● WHAT TO DO:
Only the lines below, from the one with "(0, 18.845299462), align=None)" through the one with "# FreeCAD 1.0 macro for this part", are to be written out, exactly.

↓↓↓

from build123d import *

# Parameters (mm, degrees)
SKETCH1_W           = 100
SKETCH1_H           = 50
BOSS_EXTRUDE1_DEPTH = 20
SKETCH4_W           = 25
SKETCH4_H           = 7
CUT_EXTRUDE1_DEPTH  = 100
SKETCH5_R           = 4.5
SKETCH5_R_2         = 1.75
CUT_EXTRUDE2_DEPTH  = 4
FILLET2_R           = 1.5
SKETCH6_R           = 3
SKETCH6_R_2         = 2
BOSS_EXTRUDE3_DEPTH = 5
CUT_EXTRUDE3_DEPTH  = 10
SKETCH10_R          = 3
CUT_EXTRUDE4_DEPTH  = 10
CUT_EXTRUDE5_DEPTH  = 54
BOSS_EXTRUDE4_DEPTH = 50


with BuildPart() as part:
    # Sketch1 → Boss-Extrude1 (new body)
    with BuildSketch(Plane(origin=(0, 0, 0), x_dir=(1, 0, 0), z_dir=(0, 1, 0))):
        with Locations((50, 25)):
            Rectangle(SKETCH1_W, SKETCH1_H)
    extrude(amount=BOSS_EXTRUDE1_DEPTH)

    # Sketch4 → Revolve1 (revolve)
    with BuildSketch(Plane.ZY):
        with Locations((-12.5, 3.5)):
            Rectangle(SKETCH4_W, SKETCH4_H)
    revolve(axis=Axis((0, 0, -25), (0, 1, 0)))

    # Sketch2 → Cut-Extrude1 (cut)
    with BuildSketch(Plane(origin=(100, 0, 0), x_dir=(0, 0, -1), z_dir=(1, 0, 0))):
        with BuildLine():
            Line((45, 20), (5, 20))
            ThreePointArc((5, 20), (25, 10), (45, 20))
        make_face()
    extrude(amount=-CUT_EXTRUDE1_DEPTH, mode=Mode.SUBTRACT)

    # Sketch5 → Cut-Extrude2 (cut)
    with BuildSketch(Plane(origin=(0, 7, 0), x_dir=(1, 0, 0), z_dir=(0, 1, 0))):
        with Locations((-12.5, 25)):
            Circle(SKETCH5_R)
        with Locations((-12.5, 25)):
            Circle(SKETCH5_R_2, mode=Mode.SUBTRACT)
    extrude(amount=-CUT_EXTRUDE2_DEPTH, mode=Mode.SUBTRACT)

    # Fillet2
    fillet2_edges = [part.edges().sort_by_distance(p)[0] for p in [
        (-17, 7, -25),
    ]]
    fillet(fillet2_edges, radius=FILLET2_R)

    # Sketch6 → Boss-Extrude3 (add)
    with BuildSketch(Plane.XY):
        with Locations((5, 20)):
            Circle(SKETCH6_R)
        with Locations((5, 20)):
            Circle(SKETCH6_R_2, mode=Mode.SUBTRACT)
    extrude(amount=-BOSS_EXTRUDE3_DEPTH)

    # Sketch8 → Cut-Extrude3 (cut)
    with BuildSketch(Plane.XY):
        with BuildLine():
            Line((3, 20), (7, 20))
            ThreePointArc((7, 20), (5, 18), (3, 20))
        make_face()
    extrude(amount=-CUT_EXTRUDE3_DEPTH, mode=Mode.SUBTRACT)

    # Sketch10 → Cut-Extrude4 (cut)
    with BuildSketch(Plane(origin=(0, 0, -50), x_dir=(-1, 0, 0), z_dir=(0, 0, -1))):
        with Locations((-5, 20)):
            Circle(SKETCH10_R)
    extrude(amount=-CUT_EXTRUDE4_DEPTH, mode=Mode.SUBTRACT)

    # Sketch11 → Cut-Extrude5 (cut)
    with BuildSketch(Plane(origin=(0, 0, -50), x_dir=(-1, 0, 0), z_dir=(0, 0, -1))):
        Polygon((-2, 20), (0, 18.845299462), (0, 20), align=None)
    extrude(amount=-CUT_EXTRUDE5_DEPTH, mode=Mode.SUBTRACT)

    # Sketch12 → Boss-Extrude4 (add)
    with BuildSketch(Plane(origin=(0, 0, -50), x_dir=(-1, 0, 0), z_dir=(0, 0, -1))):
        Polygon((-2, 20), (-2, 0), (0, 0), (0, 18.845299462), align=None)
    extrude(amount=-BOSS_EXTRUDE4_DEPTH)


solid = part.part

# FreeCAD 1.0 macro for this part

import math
import FreeCAD as App
import Part
import Sketcher
Q = App.Units.Quantity


def edges_at(feature, points):
    """Names of the edges that pass closest to the given points."""
    edges = feature.Shape.Edges
    near = lambda p: min(range(len(edges)), key=lambda i: edges[i].distToShape(Part.Vertex(*p))[0])
    return sorted({f"Edge{near(p) + 1}" for p in points})

doc = App.newDocument("Part")
params = doc.addObject("Spreadsheet::Sheet", "Params")
for row, (alias, value) in enumerate([
    ("sketch1_width", "100 mm"),
    ("sketch1_height", "50 mm"),
    ("pad1_length", "20 mm"),
    ("sketch2_width", "7 mm"),
    ("sketch2_height", "25 mm"),
    ("revolution_angle", "360 deg"),
    ("sketch3_radius", "25 mm"),
    ("sketch3_height", "40 mm"),
    ("pocket1_length", "100 mm"),
    ("sketch4_diameter", "9 mm"),
    ("sketch4_diameter2", "3.5 mm"),
    ("pocket2_length", "4 mm"),
    ("fillet_radius", "1.5 mm"),
    ("sketch5_diameter", "6 mm"),
    ("sketch5_diameter2", "4 mm"),
    ("pad2_length", "5 mm"),
    ("sketch6_radius", "2 mm"),
    ("pocket3_length", "10 mm"),
    ("sketch7_diameter", "6 mm"),
    ("pocket4_length", "10 mm"),
    ("sketch8_width", "2 mm"),
    ("pocket5_length", "54 mm"),
    ("sketch9_width", "2 mm"),
    ("sketch9_height", "20 mm"),
    ("pad3_length", "50 mm"),
], start=1):
    params.set(f"A{row}", alias)
    params.set(f"B{row}", "=" + value)
    params.setAlias(f"B{row}", alias)

body = doc.addObject("PartDesign::Body", "Body")

sketch1 = body.newObject("Sketcher::SketchObject", "Sketch")
sketch1.AttachmentSupport = (doc.getObject("XZ_Plane"), [""])
sketch1.MapMode = "FlatFace"
sketch1.addGeometry([
    Part.LineSegment(App.Vector(0, -50, 0), App.Vector(0, 0, 0)),
    Part.LineSegment(App.Vector(0, 0, 0), App.Vector(100, 0, 0)),
    Part.LineSegment(App.Vector(100, 0, 0), App.Vector(100, -50, 0)),
    Part.LineSegment(App.Vector(100, -50, 0), App.Vector(0, -50, 0)),
], False)
sketch1.addConstraint([
    Sketcher.Constraint("Coincident", 0, 2, 1, 1),
    Sketcher.Constraint("Coincident", 1, 2, 2, 1),
    Sketcher.Constraint("Coincident", 2, 2, 3, 1),
    Sketcher.Constraint("Coincident", 3, 2, 0, 1),
    Sketcher.Constraint("Vertical", 0),
    Sketcher.Constraint("Horizontal", 1),
    Sketcher.Constraint("Vertical", 2),
    Sketcher.Constraint("Horizontal", 3),
    Sketcher.Constraint("Coincident", 0, 2, -1, 1),
    Sketcher.Constraint("DistanceX", 1, 1, 1, 2, Q("100 mm")),
    Sketcher.Constraint("DistanceY", 0, 1, 0, 2, Q("50 mm")),
])
sketch1.setExpression("Constraints[9]", "Params.sketch1_width")
sketch1.setExpression("Constraints[10]", "Params.sketch1_height")
pad1 = body.newObject("PartDesign::Pad", "Pad")
pad1.Profile = sketch1
pad1.setExpression("Length", "Params.pad1_length")
pad1.Reversed = True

↑↑↑

● REPLY TO THE TASK:
        Polygon((-2, 20), (-2, 0), (0, 0), (0, 18.845299462), align=None)
    extrude(amount=-BOSS_EXTRUDE4_DEPTH)


solid = part.part

# FreeCAD 1.0 macro for this part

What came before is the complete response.